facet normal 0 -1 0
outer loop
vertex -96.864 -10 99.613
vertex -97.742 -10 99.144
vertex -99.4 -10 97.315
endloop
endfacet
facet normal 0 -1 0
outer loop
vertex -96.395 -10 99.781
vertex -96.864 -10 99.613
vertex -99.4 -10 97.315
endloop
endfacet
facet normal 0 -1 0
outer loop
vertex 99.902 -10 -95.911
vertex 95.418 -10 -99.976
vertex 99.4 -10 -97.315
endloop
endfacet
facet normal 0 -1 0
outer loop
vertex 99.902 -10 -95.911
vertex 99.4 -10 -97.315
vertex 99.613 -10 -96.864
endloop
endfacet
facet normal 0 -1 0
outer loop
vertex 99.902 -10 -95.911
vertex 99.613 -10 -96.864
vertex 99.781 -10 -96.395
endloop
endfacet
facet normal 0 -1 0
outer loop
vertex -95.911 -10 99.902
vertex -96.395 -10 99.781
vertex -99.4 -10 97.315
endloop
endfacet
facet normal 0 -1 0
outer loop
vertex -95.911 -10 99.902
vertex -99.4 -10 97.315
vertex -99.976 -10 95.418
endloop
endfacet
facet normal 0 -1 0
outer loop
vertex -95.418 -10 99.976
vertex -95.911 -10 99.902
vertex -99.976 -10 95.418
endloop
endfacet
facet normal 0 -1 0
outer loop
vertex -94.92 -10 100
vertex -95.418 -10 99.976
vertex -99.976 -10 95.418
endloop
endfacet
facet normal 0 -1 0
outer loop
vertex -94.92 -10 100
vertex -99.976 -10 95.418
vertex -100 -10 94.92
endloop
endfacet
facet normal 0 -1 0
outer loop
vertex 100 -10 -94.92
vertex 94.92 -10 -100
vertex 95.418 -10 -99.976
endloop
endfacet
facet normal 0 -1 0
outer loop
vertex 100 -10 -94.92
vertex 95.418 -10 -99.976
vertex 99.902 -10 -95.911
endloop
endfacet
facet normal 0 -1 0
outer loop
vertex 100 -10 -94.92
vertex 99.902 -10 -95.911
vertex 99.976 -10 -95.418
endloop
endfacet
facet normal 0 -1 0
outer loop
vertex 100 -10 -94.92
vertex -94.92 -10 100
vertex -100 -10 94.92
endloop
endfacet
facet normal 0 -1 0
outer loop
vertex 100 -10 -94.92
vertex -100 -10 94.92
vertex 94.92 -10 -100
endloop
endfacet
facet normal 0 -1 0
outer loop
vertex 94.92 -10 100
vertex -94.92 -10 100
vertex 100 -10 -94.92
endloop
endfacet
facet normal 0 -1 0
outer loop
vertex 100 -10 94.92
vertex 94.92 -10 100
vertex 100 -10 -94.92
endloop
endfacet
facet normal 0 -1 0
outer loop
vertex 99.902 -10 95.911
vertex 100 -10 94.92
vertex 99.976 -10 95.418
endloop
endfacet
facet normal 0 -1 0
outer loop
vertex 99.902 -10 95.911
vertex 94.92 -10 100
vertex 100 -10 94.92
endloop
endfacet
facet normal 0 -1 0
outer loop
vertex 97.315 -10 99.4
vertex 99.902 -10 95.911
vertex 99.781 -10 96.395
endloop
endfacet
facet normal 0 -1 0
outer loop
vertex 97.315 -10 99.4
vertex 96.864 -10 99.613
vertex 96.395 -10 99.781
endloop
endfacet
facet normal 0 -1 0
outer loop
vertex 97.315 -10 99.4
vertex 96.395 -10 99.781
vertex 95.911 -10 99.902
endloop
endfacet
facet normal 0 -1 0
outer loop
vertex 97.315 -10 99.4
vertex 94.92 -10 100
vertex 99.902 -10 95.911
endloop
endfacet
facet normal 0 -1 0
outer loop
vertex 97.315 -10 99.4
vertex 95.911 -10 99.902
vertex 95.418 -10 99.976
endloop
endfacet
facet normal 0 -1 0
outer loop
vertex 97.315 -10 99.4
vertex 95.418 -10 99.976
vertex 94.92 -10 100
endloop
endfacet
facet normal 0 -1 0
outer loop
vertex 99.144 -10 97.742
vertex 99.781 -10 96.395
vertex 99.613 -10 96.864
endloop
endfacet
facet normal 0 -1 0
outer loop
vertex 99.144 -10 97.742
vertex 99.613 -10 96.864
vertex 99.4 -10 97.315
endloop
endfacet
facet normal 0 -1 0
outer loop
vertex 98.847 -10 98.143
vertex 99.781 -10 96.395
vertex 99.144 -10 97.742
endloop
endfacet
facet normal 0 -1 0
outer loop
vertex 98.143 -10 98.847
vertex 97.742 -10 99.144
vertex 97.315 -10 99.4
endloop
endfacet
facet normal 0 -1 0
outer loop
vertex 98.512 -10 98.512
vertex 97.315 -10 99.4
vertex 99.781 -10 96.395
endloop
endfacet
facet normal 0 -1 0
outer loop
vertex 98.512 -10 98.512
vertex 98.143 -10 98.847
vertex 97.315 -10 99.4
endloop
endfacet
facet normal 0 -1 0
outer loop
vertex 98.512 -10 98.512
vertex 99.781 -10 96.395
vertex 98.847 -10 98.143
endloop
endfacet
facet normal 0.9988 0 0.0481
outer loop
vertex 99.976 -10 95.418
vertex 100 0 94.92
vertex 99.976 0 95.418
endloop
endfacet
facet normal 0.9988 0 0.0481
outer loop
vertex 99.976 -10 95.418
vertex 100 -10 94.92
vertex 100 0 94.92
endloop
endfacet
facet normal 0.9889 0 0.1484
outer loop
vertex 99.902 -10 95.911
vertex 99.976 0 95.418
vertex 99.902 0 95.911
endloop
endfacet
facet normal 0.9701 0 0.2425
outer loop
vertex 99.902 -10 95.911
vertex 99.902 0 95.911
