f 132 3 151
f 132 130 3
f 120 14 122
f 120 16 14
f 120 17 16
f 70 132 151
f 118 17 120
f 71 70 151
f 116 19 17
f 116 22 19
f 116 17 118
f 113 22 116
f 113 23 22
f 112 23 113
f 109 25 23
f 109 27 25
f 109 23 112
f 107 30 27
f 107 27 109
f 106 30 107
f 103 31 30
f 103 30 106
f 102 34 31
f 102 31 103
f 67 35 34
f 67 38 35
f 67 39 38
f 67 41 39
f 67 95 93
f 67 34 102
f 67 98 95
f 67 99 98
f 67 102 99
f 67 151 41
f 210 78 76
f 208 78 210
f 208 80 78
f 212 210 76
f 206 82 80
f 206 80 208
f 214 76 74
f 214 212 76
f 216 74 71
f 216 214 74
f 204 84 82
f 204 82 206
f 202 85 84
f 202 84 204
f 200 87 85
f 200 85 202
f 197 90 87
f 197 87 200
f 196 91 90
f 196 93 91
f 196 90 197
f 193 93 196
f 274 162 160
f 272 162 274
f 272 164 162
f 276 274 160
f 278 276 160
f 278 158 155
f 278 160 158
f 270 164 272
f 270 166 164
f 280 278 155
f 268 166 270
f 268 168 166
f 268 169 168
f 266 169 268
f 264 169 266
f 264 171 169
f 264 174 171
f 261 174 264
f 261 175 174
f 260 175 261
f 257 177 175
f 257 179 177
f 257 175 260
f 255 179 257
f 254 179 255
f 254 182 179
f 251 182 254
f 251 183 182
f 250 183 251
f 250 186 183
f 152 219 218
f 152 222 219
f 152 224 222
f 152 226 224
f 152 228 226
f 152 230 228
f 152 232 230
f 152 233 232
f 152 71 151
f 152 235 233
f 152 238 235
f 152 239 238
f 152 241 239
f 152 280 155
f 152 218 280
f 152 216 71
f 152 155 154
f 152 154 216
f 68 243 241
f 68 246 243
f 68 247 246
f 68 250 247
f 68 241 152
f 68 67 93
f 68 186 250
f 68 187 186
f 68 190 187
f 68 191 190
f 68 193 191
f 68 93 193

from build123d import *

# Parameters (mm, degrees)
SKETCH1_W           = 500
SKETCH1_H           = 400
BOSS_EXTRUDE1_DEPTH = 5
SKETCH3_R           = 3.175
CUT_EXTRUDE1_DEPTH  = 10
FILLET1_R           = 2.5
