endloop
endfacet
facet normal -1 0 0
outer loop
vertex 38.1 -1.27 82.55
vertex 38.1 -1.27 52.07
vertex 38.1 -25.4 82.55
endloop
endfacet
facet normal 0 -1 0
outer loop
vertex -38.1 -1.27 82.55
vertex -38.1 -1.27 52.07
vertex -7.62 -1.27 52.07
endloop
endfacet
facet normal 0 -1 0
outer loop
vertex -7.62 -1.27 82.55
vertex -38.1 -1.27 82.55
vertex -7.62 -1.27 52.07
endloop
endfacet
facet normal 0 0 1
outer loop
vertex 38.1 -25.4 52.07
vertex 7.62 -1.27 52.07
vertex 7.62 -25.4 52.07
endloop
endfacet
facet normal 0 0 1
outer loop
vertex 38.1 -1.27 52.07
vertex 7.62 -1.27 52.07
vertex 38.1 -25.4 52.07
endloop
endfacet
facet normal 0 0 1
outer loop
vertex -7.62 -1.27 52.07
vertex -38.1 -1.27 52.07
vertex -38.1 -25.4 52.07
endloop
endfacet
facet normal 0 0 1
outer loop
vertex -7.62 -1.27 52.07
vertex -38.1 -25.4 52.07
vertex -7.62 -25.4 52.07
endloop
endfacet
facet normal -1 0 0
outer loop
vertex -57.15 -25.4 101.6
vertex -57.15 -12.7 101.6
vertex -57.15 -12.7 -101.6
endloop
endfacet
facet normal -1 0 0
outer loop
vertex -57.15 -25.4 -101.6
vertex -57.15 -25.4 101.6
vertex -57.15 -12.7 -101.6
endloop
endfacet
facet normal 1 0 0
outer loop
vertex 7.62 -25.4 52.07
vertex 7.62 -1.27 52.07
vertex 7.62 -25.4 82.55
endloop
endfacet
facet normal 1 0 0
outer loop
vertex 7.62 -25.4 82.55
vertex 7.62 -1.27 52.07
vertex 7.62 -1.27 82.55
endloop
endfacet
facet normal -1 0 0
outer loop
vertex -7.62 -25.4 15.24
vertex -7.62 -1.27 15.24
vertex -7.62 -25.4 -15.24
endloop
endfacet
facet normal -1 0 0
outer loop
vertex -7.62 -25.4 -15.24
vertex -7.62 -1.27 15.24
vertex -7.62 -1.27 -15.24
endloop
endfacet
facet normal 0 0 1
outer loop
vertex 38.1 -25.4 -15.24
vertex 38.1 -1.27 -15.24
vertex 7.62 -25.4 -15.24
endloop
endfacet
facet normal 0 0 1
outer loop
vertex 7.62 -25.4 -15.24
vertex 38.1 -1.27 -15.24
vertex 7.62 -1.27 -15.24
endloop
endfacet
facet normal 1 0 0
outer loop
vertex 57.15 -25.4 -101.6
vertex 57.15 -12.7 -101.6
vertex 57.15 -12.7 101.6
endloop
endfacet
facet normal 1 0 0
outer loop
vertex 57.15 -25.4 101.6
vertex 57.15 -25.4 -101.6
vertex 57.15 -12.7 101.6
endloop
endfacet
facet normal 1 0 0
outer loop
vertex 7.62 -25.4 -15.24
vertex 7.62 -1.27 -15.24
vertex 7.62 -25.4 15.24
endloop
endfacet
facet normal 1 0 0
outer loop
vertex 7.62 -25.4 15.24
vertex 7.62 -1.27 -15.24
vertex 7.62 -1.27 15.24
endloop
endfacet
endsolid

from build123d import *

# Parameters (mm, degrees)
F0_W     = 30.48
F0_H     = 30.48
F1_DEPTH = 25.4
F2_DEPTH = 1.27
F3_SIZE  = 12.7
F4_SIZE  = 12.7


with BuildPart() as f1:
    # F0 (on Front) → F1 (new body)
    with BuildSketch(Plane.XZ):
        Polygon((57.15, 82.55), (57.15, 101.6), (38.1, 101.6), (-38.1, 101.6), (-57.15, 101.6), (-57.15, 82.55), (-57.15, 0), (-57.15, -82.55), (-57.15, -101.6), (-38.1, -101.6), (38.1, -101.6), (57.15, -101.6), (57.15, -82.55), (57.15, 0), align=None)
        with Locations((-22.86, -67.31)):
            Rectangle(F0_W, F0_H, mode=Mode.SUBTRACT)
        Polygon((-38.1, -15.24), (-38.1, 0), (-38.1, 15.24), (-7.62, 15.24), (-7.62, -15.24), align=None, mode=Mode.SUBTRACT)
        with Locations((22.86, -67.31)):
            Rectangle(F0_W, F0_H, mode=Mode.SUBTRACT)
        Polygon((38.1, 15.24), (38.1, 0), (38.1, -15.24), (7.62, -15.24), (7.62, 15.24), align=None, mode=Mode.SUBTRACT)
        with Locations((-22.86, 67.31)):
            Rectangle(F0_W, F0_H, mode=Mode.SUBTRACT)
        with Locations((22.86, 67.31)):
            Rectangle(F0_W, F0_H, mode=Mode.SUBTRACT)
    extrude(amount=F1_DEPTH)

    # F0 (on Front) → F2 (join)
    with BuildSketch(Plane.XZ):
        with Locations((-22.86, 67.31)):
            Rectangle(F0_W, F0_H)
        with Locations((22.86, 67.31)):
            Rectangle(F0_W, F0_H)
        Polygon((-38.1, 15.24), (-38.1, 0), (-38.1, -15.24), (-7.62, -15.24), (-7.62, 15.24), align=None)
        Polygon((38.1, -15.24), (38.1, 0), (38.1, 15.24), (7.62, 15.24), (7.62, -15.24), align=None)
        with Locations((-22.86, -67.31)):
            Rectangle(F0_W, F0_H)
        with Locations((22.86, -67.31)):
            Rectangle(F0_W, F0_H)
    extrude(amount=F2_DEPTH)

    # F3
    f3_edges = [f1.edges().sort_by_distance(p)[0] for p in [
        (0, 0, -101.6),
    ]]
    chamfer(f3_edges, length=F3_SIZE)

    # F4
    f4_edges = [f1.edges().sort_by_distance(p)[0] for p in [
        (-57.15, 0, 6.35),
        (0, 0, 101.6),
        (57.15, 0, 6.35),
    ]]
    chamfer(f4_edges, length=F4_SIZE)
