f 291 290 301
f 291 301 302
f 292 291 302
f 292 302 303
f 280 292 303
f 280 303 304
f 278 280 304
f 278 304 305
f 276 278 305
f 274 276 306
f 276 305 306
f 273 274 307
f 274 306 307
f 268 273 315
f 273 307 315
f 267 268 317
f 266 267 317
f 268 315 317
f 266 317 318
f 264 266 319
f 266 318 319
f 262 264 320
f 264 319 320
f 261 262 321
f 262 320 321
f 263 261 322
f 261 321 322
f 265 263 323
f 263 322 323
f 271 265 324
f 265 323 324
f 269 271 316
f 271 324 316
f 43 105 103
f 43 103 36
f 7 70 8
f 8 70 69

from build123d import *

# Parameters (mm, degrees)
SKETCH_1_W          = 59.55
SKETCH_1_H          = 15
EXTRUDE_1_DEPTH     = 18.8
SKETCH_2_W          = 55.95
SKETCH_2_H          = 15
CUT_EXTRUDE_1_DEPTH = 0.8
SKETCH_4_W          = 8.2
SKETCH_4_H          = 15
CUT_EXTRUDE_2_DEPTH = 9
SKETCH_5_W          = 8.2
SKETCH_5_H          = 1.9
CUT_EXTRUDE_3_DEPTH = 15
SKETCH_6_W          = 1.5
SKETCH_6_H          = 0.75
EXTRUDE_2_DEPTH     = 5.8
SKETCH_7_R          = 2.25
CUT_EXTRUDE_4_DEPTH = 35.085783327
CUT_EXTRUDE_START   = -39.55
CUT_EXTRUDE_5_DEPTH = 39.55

* * * * * * * * *

Out of the data above, give again only the lines starting at the one holding "f 102 34 31" and ending at the one holding "f 272 164 162", unchanged.

## TASK RESULT
f 102 34 31
f 102 31 103
f 67 35 34
f 67 38 35
f 67 39 38
f 67 41 39
f 67 95 93
f 67 34 102
f 67 98 95
f 67 99 98
f 67 102 99
f 67 151 41
f 210 78 76
f 208 78 210
f 208 80 78
f 212 210 76
f 206 82 80
f 206 80 208
f 214 76 74
f 214 212 76
f 216 74 71
f 216 214 74
f 204 84 82
f 204 82 206
f 202 85 84
f 202 84 204
f 200 87 85
f 200 85 202
f 197 90 87
f 197 87 200
f 196 91 90
f 196 93 91
f 196 90 197
f 193 93 196
f 274 162 160
f 272 162 274
f 272 164 162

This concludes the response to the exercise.